### RECORDS FOR THE EXERCISE
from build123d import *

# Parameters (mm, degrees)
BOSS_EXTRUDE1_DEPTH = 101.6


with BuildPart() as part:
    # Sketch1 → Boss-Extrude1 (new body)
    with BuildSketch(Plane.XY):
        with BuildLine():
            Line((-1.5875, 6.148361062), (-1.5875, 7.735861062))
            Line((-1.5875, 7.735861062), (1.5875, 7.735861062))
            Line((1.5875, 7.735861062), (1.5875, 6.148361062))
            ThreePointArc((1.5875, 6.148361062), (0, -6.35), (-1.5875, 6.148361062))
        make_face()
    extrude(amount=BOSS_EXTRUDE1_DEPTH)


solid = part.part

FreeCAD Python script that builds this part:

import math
import FreeCAD as App
import Part
import Sketcher

V = App.Vector
Q = App.Units.Quantity

doc = App.newDocument("Part")
body = doc.addObject("PartDesign::Body", "Body")

# Sketch on XY plane
sketch1 = body.newObject("Sketcher::SketchObject", "Sketch")
sketch1.AttachmentSupport = (doc.getObject("XY_Plane"), [""])
sketch1.MapMode = "FlatFace"
sketch1.addGeometry([
    Part.LineSegment(V(-1.6, 7.7, 0), V(-1.6, 6.1, 0)),
    Part.ArcOfCircle(Part.Circle(V(0, 0, 0), V(0, 0, 1), 6.3), math.radians(104), math.radians(436)),
    Part.LineSegment(V(1.6, 6.1, 0), V(1.6, 7.7, 0)),
    Part.LineSegment(V(1.6, 7.7, 0), V(-1.6, 7.7, 0)),
], False)
sketch1.addConstraint([
    Sketcher.Constraint("Coincident", 0, 2, 1, 1),
    Sketcher.Constraint("Coincident", 1, 2, 2, 1),
    Sketcher.Constraint("Coincident", 2, 2, 3, 1),
    Sketcher.Constraint("Coincident", 3, 2, 0, 1),
    Sketcher.Constraint("Vertical", 0),
    Sketcher.Constraint("Vertical", 2),
    Sketcher.Constraint("Horizontal", 3),
    Sketcher.Constraint("Coincident", 1, 3, -1, 1),
    Sketcher.Constraint("Horizontal", 0, 2, 1, 2),
    Sketcher.Constraint("Radius", 1, Q("0.25 in")),
    Sketcher.Constraint("DistanceX", 3, 2, 3, 1, Q("0.125 in")),
    Sketcher.Constraint("DistanceY", 0, 2, 0, 1, Q("0.0625 in")),
])
pad1 = body.newObject("PartDesign::Pad", "Pad")
pad1.Profile = sketch1
pad1.Length = Q("4 in")

doc.recompute()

### INSTRUCTIONS FOR THE TASK
Restate the material word for word, but only from its first line through the line containing "Line((-1.5875, 6.148361062), (-1.5875, 7.735861062))".

### EXERCISE OUTPUT
from build123d import *

# Parameters (mm, degrees)
BOSS_EXTRUDE1_DEPTH = 101.6


with BuildPart() as part:
    # Sketch1 → Boss-Extrude1 (new body)
    with BuildSketch(Plane.XY):
        with BuildLine():
            Line((-1.5875, 6.148361062), (-1.5875, 7.735861062))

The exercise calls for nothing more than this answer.